Hello i am a new member, and this is my second time smoking chicken on my electric smoker. The first time the skin was rubbery the temperature was 250 on the smoker, But now i want to try a brine spatchcocked chicken on my smoker, but the temperature only could get to 275 max. How can i get a crispy skin on my chicken, and for how long should i cook it on the smoker. It's a 5 pound chicken. After smoking it Do i have to put it on the gas grill direct or indirect? Thanks.


----------



## disco (Feb 16, 2014)

I had the same problem. Now, I turn my smoker as high as it will go and cook it to an internal temperature of 150 F and then I finish it on my gas grill over a medium flame.

Disco


----------



## adrian17471 (Feb 16, 2014)

How high does your smoker temp get? And how long does it take to get the internal temperature150 of the thigh or breast?


----------



## disco (Feb 16, 2014)

Well, the last time I smoked it was -22 C (-8 F) and I could only get it up to 270 F in my smoker. It took about 2 1/4 hours to get to 150 F internal temperature on a 3 pound bird. 

In the summer, I can get it up to 300 and It would be about 1 3/4 hours.

However, this can vary if you open the smoker or there if there is a lot of wind,

For a 5 pound bird, I would think it would take about 3 1/2 hours around 270-290 F.

As for the grill, I like some char with the crisp skin so I turn the flame down to medium or medium low and cook it direct until the skin is crisp and the IT shows cooked. However, I have also done it over indirect heat with the other burner set on high and the skin browns and crisps nicely as well. It is a matter of personal preference.


----------



## bdskelly (Feb 16, 2014)

adrian17471 said:


> Hello i am a new member, and this is my second time smoking chicken on my electric smoker. The first time the skin was rubbery the temperature was 250 on the smoker, But now i want to try a brine spatchcocked chicken on my smoker, but the temperature only could get to 275 max. How can i get a crispy skin on my chicken, and for how long should i cook it on the smoker. It's a 5 pound chicken. After smoking it Do i have to put it on the gas grill direct or indirect? Thanks.


Adrian

Texas howdy to you. Most folks with electrics will toss the bird on the grill for a few moments to crisp the skin. These electrics have a lot of great attributes.  But most won't get hot enough to crisp. 

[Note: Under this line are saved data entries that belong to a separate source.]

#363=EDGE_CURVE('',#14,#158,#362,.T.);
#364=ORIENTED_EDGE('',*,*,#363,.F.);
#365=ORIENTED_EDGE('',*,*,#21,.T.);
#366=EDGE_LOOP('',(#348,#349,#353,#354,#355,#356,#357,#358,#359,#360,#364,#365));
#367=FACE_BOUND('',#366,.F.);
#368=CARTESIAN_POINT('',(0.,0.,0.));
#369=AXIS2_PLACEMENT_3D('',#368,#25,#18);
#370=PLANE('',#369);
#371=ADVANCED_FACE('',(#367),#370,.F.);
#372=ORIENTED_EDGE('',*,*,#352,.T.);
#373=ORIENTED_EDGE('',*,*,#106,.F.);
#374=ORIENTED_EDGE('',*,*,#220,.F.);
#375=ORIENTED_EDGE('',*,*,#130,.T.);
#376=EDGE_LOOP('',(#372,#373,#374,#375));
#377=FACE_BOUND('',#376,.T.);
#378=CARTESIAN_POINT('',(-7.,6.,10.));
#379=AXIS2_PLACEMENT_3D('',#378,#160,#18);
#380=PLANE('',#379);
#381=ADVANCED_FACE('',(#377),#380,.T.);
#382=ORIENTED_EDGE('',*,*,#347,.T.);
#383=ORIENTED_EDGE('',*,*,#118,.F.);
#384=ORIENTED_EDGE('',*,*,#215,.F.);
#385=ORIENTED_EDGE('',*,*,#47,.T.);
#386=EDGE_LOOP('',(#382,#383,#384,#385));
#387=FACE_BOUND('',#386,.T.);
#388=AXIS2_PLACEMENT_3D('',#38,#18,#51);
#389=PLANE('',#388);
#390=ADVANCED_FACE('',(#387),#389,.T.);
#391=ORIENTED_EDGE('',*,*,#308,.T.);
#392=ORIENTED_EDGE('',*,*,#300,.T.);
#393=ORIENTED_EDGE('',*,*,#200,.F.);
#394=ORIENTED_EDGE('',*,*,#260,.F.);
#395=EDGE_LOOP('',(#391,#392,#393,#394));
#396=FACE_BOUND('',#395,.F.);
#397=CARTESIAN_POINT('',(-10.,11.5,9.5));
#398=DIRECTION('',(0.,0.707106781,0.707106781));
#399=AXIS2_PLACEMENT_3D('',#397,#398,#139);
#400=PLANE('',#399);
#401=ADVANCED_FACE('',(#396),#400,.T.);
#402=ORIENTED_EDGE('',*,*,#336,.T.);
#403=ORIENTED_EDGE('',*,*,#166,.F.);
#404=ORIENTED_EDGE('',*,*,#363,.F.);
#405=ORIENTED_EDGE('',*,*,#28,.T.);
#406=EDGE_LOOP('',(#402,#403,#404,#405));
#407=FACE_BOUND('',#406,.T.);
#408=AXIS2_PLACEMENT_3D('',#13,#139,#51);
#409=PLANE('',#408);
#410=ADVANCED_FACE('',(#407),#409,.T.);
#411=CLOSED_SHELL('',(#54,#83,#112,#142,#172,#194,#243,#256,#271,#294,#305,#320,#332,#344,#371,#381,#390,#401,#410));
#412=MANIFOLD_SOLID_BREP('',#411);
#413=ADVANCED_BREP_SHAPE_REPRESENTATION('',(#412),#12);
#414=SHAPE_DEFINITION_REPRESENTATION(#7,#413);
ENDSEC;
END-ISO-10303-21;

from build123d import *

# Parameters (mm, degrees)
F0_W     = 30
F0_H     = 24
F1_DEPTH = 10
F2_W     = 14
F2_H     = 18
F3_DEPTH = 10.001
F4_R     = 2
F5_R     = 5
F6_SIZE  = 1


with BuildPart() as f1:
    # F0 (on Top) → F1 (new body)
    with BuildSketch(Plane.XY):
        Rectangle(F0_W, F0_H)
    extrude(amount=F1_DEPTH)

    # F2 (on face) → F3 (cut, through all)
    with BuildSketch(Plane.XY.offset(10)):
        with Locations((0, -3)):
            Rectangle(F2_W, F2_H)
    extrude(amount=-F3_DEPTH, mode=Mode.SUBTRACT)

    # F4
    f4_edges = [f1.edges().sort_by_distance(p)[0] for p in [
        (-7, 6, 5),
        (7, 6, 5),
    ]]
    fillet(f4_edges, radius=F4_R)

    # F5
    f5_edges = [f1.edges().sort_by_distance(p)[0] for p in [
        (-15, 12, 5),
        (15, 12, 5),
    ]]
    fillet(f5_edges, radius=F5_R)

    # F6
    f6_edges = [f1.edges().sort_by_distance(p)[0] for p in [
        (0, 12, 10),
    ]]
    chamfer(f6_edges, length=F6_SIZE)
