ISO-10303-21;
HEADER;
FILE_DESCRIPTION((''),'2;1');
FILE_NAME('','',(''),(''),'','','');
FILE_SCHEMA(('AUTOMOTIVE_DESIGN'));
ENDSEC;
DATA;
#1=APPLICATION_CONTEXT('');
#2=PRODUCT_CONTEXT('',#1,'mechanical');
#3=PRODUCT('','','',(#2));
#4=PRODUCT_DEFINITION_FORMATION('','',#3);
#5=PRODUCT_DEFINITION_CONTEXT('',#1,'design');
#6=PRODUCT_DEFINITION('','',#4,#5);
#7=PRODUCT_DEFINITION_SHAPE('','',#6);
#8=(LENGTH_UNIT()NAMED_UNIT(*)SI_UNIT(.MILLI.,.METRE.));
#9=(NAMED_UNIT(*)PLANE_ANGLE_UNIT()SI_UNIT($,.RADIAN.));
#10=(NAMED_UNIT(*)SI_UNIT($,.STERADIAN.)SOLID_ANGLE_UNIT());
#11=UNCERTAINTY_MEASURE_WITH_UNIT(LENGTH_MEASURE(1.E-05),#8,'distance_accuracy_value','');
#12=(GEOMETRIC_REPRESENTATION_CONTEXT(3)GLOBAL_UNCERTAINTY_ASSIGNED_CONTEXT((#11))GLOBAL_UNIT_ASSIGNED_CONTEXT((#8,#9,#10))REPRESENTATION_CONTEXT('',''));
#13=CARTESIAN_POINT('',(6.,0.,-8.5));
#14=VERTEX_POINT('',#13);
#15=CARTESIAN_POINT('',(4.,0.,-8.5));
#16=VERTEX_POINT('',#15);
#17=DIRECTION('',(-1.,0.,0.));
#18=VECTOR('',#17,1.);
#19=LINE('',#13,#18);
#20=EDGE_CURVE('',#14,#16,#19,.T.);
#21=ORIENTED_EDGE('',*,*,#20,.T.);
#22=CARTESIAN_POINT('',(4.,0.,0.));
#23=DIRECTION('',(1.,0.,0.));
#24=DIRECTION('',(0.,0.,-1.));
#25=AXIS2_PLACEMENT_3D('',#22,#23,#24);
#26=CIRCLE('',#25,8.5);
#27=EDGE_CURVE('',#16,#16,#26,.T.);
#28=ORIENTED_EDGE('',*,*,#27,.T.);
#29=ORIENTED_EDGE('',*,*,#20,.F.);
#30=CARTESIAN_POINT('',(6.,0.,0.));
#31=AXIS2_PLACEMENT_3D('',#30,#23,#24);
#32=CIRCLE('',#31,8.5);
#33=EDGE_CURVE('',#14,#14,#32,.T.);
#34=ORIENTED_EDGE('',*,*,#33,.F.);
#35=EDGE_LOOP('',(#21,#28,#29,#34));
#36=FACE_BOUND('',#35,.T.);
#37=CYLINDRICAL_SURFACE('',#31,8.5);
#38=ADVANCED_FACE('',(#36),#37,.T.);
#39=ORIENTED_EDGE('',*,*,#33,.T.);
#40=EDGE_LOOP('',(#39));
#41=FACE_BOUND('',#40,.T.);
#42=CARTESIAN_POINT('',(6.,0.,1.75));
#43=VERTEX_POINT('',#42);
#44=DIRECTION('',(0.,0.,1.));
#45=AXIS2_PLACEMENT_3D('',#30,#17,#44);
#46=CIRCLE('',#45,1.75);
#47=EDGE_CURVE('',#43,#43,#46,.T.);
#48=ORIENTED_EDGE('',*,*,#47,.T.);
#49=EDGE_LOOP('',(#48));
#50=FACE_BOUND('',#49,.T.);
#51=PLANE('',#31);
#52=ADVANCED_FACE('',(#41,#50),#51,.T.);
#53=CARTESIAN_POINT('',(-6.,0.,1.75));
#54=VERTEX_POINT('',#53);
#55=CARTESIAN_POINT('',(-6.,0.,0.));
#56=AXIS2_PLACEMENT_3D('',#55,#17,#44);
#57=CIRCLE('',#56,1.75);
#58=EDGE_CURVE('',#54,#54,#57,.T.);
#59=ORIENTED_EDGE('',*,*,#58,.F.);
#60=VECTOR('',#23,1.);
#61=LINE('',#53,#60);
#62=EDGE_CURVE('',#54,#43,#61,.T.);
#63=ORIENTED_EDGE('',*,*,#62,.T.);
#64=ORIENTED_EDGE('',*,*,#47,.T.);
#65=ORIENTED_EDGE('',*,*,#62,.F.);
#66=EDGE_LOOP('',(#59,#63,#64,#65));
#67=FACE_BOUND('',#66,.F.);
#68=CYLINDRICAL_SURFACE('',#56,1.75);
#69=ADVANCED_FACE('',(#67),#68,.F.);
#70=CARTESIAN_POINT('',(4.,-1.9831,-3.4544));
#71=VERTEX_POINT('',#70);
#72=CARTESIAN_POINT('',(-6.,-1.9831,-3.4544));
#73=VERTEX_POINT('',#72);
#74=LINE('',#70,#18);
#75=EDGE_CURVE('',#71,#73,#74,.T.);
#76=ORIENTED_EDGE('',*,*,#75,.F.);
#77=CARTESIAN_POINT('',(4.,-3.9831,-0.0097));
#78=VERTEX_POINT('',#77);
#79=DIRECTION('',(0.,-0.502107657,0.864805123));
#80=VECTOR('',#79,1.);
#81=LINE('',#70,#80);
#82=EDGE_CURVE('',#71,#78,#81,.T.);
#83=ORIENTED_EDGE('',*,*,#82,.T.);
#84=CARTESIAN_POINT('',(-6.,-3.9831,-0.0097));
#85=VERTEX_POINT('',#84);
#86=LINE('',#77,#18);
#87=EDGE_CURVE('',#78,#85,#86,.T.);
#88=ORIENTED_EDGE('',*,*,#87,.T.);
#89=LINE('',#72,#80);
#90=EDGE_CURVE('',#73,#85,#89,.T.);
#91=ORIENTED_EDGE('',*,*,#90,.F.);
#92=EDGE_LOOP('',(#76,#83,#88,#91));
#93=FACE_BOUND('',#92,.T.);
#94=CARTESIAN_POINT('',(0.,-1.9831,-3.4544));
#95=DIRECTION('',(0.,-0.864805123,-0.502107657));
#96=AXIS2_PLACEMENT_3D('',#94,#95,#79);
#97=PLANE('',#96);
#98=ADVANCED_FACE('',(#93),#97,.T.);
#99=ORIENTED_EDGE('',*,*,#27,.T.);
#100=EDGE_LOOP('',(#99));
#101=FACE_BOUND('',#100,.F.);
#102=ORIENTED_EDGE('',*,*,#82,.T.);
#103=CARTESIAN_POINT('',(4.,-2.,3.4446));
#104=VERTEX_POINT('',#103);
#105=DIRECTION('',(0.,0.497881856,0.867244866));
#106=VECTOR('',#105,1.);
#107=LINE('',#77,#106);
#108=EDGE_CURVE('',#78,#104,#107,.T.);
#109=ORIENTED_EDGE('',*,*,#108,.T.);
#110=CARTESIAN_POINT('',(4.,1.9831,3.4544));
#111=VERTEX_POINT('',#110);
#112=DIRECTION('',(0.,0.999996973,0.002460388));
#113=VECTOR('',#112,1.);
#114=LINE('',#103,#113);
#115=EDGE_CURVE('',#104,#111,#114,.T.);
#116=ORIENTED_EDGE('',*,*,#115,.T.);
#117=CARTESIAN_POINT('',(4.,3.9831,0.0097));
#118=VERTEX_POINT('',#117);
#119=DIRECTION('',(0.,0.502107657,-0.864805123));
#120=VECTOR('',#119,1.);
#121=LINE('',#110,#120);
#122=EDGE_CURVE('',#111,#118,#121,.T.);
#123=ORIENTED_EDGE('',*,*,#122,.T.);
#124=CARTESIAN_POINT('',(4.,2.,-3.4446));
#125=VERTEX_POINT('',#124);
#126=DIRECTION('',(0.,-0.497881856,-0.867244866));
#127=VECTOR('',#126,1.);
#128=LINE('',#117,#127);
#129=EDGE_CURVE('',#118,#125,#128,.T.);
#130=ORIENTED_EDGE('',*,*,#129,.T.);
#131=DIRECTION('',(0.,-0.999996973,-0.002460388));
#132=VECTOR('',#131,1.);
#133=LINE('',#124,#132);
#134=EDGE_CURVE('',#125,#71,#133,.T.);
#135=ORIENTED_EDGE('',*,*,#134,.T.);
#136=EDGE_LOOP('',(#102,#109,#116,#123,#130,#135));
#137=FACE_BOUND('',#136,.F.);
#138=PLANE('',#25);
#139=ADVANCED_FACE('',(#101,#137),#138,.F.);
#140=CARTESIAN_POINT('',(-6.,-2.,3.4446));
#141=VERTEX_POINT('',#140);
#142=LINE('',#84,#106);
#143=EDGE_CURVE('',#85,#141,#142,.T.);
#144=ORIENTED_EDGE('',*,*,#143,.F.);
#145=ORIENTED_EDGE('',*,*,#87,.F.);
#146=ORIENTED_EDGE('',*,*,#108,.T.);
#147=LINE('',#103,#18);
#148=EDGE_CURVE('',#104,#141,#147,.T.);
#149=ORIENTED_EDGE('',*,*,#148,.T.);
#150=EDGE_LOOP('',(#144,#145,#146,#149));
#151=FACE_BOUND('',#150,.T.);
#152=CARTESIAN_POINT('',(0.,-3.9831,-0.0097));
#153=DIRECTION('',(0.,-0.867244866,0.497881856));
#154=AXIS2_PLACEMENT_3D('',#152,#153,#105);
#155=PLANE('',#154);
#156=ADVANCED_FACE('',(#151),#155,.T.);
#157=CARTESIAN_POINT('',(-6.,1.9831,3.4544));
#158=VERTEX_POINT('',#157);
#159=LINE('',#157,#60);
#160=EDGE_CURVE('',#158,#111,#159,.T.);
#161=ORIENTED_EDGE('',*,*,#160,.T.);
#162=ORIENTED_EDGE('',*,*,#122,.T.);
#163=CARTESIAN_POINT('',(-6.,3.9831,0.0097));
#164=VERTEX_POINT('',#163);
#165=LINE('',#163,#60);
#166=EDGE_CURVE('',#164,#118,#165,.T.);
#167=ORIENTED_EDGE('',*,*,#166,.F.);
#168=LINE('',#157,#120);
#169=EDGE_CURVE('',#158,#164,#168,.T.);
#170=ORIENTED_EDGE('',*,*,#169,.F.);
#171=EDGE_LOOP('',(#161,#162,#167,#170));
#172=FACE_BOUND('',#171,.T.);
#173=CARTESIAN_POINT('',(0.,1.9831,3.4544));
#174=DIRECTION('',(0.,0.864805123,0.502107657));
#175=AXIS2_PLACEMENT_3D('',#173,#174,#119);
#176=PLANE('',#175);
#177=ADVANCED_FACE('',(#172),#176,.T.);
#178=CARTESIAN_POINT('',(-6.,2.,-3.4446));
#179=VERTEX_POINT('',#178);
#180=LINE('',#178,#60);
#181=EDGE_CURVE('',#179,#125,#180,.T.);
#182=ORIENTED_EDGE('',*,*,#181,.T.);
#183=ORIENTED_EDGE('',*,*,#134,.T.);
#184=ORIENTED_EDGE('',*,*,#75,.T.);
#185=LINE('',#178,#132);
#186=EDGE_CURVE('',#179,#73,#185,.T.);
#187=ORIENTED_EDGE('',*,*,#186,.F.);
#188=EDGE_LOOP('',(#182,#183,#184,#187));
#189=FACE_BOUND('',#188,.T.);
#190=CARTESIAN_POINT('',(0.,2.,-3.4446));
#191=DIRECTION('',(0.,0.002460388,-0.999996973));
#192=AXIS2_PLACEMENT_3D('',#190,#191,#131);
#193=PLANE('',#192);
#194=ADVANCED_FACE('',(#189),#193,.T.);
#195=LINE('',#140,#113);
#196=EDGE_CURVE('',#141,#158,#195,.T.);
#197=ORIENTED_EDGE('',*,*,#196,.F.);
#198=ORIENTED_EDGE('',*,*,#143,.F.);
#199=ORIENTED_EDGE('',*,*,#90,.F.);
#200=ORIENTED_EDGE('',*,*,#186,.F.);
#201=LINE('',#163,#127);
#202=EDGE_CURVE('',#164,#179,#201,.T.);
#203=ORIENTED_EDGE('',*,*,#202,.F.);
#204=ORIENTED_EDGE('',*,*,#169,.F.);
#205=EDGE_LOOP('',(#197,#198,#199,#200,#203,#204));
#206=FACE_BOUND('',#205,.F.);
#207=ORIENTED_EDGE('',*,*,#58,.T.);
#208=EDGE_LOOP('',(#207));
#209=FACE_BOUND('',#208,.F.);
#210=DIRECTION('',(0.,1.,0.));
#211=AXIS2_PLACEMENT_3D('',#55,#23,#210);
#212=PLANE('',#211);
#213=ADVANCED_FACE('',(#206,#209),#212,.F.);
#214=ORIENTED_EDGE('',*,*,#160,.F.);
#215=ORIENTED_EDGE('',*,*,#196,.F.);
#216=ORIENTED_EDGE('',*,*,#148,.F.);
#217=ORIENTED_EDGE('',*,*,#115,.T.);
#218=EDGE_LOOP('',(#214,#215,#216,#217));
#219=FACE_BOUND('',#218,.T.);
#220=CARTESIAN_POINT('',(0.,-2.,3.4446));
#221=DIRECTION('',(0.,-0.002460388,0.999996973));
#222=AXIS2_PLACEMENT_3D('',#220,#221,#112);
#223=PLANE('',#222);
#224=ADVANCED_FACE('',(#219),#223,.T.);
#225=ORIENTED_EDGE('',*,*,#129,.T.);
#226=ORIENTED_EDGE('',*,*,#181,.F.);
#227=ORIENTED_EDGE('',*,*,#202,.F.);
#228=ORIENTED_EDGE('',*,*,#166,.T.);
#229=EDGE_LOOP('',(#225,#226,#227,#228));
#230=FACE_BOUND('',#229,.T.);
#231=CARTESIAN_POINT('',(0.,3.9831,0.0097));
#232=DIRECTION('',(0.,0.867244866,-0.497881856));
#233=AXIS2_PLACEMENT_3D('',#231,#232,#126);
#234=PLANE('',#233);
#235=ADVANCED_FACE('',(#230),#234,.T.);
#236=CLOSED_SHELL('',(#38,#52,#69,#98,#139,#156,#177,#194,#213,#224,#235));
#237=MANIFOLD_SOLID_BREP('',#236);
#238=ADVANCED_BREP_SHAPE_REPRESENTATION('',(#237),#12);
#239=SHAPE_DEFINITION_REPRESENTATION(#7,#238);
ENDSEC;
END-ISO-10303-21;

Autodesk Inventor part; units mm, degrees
ref_plane "YZ Plane" through (0, 0, 0) normal (1, 0, 0) x (0, 1, 0)
ref_plane "XZ Plane" through (0, 0, 0) normal (0, 1, 0) x (-1, 0, 0)
ref_plane "XY Plane" through (0, 0, 0) normal (0, 0, 1) x (1, 0, 0)
sketch "Sketch1" plane through (0, 0, 0) normal (1, 0, 0) x (0, 1, 0)
  line L0 (2, 0) -> (-2, 0) construction
  line L1 (-2, 0) -> (-2, -15.7322) construction
  line L2 (-2, -15.7322) -> (2, -15.7322) construction
  line L3 (2, -15.7322) -> (2, 0) construction
  line L4 (2, -3.4446) -> (-1.9831, -3.4544)
  line L5 (-1.9831, -3.4544) -> (-3.9831, -0.0097)
  line L6 (-3.9831, -0.0097) -> (-2, 3.4446)
  line L7 (-2, 3.4446) -> (1.9831, 3.4544)
  line L8 (1.9831, 3.4544) -> (3.9831, 0.0097)
  line L9 (3.9831, 0.0097) -> (2, -3.4446)
  point P0 (0, 0)
  point P1 (0, 0)
  dimension "d0" = 4
extrude "Extrusion1" add sketch "Sketch1" along normal blind 4 and the other way blind 6
sketch "Sketch2" plane through (4, 0, 0) normal (1, 0, 0) x (0, 0, -1)
  line L0 (3.4446, 2) -> (-0.0097, 3.9831) projected
  circle A0 centre (0, 0) radius 3.9832
extrude "Extrusion2" add sketch "Sketch2" along normal blind 2
sketch "Sketch3" plane through (6, 0, 0) normal (1, 0, 0) x (0, 0, -1)
  point P0 (0, 0)
sketch "Sketch4" plane through (4, 0, 0) normal (-1, 0, 0) x (0, 0, 1)
  circle A0 centre (0, 0) radius 6
  dimension "d5" = 12
extrude "Extrusion3" add sketch "Sketch4" against normal blind 2
sketch "Sketch5" plane through (6, 0, 0) normal (1, 0, 0) x (0, 0, -1)
  circle A0 centre (0, 0) radius 1.5
  dimension "d8" = 3
extrude "Extrusion4" cut sketch "Sketch5" against normal blind 6
sketch "Sketch6" plane through (6, 0, 0) normal (1, 0, 0) x (0, 0, -1)
  point P0 (0, 0)
sketch "Sketch7" plane through (6, 0, 0) normal (1, 0, 0) x (0, 0, -1)
  circle A0 centre (0, 0) radius 8.5
  dimension "d11" = 17
extrude "Extrusion5" add sketch "Sketch7" against normal blind 2
sketch "Sketch8" plane through (-6, 0, 0) normal (-1, 0, 0) x (0, 0, 1)
  circle A0 centre (0, 0) radius 1.75
  dimension "d16" = 3.5
extrude "Extrusion6" cut sketch "Sketch8" against normal blind 12.25
properties part number "InnerLayerHub3mm"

By the way.  I see you're new.  So Welcome!  Youll find lots of great folks and posts here to help you.  Be sure to stop by the roll call area to introduce yourself! 

Brian


----------



## adrian17471 (Feb 16, 2014)

I really appreciate your help and experience on the electric smoker thanks.


----------



## adrian17471 (Feb 16, 2014)

BDSkelly said:


> Adrian
> 
> Texas howdy to you. Most folks with electrics will toss the bird on the grill for a few moments to crisp the skin. These electrics have a lot of great attributes.  But most won't get hot enough to crisp.
> 
> ...


Thanks for the welcoming BDSkelly, I will stop by the roll call area soon, but first I need to get this bird on the smoker quick lol thanks.


----------



## davidgreig (Jul 9, 2014)

Hey Adrian17471,

I love smoking wings, but like you my smoker only goes up to 275. Ill smoke mine at about 225-230 for 2 hours, flip, then smoke for one more hour. Once the wings are cooked all the way through Ill fire up the gas grill and finish the wings there. This is also where I will add my sauce. this will get the skin nice and crispy and you can get a nice carmelization from the sauce. Good Luck.


----------